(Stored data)
----

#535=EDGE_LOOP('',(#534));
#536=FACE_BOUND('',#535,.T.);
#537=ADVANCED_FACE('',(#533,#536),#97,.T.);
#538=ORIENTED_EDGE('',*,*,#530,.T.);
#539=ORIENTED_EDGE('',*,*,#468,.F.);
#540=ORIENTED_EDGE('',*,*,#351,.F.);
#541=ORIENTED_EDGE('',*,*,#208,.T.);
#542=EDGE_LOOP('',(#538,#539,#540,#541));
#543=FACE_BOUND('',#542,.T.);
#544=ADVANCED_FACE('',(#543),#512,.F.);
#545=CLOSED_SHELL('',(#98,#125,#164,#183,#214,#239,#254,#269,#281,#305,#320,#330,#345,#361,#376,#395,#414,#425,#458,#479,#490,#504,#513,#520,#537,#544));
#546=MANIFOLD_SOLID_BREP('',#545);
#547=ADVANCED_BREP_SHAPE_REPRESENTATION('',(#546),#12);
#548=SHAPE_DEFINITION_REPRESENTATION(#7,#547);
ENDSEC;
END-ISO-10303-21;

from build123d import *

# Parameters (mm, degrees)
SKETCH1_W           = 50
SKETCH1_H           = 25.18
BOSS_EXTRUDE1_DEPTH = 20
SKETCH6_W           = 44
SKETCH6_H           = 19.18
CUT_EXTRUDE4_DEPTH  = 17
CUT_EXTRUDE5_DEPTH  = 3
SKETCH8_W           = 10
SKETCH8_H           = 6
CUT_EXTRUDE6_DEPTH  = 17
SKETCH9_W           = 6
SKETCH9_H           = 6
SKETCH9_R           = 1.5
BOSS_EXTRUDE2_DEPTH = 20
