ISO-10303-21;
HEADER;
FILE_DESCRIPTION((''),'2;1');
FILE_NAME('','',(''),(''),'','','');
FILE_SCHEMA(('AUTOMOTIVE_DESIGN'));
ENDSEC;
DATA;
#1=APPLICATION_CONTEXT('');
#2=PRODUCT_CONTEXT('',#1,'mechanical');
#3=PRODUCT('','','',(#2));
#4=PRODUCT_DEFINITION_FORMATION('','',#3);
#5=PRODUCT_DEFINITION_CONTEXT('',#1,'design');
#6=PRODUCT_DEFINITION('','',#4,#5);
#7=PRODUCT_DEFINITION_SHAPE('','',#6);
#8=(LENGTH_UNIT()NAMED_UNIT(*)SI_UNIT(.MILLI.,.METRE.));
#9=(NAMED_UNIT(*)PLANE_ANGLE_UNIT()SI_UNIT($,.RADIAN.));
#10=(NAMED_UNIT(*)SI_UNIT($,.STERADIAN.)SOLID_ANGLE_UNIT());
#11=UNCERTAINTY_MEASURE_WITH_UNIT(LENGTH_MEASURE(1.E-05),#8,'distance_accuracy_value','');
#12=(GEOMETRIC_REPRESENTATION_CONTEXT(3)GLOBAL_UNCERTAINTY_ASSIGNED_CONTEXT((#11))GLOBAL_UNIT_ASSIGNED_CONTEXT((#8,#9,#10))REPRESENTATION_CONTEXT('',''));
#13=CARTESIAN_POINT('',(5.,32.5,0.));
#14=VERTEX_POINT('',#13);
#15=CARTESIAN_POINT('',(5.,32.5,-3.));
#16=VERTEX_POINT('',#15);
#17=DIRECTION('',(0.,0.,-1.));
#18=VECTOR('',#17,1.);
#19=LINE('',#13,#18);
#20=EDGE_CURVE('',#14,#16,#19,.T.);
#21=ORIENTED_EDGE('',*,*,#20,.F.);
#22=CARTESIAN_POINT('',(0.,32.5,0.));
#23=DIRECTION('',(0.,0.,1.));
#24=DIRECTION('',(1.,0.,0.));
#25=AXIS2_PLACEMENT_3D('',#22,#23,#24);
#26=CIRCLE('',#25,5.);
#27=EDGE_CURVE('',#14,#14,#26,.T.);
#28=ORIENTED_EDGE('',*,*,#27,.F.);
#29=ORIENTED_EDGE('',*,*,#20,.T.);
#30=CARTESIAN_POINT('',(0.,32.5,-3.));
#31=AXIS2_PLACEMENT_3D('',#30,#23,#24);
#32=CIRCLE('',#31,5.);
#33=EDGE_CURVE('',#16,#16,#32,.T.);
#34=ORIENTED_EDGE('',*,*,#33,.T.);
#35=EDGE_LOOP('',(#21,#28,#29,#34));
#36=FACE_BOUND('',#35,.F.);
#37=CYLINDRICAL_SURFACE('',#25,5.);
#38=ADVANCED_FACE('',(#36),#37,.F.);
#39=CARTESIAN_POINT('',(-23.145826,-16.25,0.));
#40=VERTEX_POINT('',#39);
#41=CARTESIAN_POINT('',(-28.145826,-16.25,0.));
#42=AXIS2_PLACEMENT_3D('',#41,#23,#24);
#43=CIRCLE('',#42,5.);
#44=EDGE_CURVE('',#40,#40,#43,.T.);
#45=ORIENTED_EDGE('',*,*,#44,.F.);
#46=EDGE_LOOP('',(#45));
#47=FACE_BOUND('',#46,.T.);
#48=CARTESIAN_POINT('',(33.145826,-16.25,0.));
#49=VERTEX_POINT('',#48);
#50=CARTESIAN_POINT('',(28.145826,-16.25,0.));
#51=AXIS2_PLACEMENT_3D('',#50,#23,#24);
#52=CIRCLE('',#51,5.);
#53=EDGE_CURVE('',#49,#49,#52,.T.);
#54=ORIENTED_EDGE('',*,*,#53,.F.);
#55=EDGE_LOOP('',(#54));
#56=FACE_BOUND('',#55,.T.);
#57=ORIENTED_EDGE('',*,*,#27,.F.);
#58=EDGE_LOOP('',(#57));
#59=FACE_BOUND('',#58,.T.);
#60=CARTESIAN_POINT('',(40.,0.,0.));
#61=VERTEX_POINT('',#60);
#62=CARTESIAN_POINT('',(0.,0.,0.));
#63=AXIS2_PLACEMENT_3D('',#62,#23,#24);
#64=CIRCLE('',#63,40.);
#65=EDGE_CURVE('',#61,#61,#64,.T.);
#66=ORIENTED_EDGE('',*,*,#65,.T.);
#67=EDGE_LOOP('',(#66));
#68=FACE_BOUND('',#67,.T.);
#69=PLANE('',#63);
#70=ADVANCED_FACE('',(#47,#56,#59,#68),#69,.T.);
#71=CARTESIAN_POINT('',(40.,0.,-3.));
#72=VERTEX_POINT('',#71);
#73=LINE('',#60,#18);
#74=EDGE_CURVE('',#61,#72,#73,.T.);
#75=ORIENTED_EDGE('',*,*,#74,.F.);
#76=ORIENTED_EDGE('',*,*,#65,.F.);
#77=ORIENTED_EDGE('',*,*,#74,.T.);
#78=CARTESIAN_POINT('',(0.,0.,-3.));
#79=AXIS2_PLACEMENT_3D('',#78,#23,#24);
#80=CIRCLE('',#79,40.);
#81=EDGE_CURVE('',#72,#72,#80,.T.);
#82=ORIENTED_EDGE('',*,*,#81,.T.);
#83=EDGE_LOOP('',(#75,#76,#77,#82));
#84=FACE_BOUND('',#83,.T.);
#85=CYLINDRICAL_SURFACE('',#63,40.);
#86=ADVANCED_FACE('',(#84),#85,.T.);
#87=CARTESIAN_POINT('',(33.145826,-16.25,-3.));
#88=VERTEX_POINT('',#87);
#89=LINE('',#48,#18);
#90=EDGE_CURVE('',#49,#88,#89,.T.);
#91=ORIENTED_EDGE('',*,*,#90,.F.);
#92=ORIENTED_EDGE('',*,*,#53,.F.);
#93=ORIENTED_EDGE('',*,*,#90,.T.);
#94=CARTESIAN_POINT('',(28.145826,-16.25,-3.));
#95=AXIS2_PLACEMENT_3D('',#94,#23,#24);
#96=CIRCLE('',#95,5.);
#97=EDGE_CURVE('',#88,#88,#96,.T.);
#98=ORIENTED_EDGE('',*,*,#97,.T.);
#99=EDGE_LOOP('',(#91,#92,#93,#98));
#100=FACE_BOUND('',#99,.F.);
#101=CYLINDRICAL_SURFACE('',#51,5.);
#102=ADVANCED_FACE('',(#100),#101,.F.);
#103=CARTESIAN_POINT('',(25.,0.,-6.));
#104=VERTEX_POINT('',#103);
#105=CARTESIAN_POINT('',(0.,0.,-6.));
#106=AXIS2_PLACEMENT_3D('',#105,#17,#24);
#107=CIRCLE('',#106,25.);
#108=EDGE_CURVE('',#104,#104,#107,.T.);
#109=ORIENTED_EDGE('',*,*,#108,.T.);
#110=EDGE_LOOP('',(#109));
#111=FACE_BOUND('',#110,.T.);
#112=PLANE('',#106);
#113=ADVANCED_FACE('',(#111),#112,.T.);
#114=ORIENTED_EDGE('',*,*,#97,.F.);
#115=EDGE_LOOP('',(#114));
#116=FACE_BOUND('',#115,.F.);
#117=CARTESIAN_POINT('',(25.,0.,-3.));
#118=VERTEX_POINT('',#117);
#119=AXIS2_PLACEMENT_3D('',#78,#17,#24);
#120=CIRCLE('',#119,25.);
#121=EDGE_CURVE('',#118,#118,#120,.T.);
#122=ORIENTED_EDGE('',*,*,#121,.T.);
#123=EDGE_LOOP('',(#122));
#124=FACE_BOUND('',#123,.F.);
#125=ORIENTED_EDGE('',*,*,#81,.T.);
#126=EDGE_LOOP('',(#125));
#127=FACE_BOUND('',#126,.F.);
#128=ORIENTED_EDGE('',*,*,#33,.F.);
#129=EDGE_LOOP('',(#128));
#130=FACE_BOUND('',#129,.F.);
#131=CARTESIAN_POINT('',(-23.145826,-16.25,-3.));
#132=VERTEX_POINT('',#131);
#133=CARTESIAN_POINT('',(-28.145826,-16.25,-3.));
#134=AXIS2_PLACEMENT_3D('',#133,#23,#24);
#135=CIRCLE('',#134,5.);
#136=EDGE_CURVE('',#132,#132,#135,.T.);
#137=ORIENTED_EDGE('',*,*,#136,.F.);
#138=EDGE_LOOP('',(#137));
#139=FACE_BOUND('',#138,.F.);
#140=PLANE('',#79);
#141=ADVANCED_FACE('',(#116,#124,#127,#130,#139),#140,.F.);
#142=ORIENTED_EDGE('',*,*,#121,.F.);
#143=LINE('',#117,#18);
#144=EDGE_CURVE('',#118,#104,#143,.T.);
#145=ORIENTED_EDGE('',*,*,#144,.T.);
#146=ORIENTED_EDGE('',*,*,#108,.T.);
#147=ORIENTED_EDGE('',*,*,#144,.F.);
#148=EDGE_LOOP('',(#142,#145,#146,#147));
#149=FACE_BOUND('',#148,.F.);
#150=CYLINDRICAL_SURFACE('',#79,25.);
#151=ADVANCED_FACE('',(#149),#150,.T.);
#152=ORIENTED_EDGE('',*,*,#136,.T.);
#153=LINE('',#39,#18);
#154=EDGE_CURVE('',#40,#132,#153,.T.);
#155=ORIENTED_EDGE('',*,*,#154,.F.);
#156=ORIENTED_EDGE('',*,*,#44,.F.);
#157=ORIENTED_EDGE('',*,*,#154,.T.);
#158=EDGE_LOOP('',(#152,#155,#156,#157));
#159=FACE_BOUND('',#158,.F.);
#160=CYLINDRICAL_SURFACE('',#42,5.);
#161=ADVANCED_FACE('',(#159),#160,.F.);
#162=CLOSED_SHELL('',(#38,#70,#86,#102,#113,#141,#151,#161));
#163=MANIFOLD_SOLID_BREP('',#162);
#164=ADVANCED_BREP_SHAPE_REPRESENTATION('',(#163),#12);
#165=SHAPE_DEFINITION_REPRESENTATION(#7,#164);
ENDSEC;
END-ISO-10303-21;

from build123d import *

# Parameters (mm, degrees)
F0_R     = 40
F1_DEPTH = 3
F2_R     = 5
F3_DEPTH = 25
F4_R     = 25
F5_DEPTH = 3


with BuildPart() as f1:
    # F0 (on Top) → F1 (new body)
    with BuildSketch(Plane.XY):
        Circle(F0_R)
    extrude(amount=-F1_DEPTH)

    # F2 (on Top) → F3 (cut)
    with BuildSketch(Plane.XY):
        with Locations((0, 32.5)):
            Circle(F2_R)
        with Locations((-28.145826, -16.25)):
            Circle(F2_R)
        with Locations((28.145826, -16.25)):
            Circle(F2_R)
    extrude(amount=-F3_DEPTH, mode=Mode.SUBTRACT)

    # F4 (on face) → F5 (join)
    with BuildSketch(Plane(origin=(0, 0, -3), x_dir=(1, 0, 0), z_dir=(0, 0, -1))):
        Circle(F4_R)
    extrude(amount=F5_DEPTH)


solid = f1.part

----

Task requirements
Taking the entries above, restate exactly those lines that fall between the line with "#78=CARTESIAN_POINT('',(0.,0.,-3.));" and the line with "#122=ORIENTED_EDGE('',*,*,#121,.T.);", keeping both of those lines too.

Your solution
#78=CARTESIAN_POINT('',(0.,0.,-3.));
#79=AXIS2_PLACEMENT_3D('',#78,#23,#24);
#80=CIRCLE('',#79,40.);
#81=EDGE_CURVE('',#72,#72,#80,.T.);
#82=ORIENTED_EDGE('',*,*,#81,.T.);
#83=EDGE_LOOP('',(#75,#76,#77,#82));
#84=FACE_BOUND('',#83,.T.);
#85=CYLINDRICAL_SURFACE('',#63,40.);
#86=ADVANCED_FACE('',(#84),#85,.T.);
#87=CARTESIAN_POINT('',(33.145826,-16.25,-3.));
#88=VERTEX_POINT('',#87);
#89=LINE('',#48,#18);
#90=EDGE_CURVE('',#49,#88,#89,.T.);
#91=ORIENTED_EDGE('',*,*,#90,.F.);
#92=ORIENTED_EDGE('',*,*,#53,.F.);
#93=ORIENTED_EDGE('',*,*,#90,.T.);
#94=CARTESIAN_POINT('',(28.145826,-16.25,-3.));
#95=AXIS2_PLACEMENT_3D('',#94,#23,#24);
#96=CIRCLE('',#95,5.);
#97=EDGE_CURVE('',#88,#88,#96,.T.);
#98=ORIENTED_EDGE('',*,*,#97,.T.);
#99=EDGE_LOOP('',(#91,#92,#93,#98));
#100=FACE_BOUND('',#99,.F.);
#101=CYLINDRICAL_SURFACE('',#51,5.);
#102=ADVANCED_FACE('',(#100),#101,.F.);
#103=CARTESIAN_POINT('',(25.,0.,-6.));
#104=VERTEX_POINT('',#103);
#105=CARTESIAN_POINT('',(0.,0.,-6.));
#106=AXIS2_PLACEMENT_3D('',#105,#17,#24);
#107=CIRCLE('',#106,25.);
#108=EDGE_CURVE('',#104,#104,#107,.T.);
#109=ORIENTED_EDGE('',*,*,#108,.T.);
#110=EDGE_LOOP('',(#109));
#111=FACE_BOUND('',#110,.T.);
#112=PLANE('',#106);
#113=ADVANCED_FACE('',(#111),#112,.T.);
#114=ORIENTED_EDGE('',*,*,#97,.F.);
#115=EDGE_LOOP('',(#114));
#116=FACE_BOUND('',#115,.F.);
#117=CARTESIAN_POINT('',(25.,0.,-3.));
#118=VERTEX_POINT('',#117);
#119=AXIS2_PLACEMENT_3D('',#78,#17,#24);
#120=CIRCLE('',#119,25.);
#121=EDGE_CURVE('',#118,#118,#120,.T.);
#122=ORIENTED_EDGE('',*,*,#121,.T.);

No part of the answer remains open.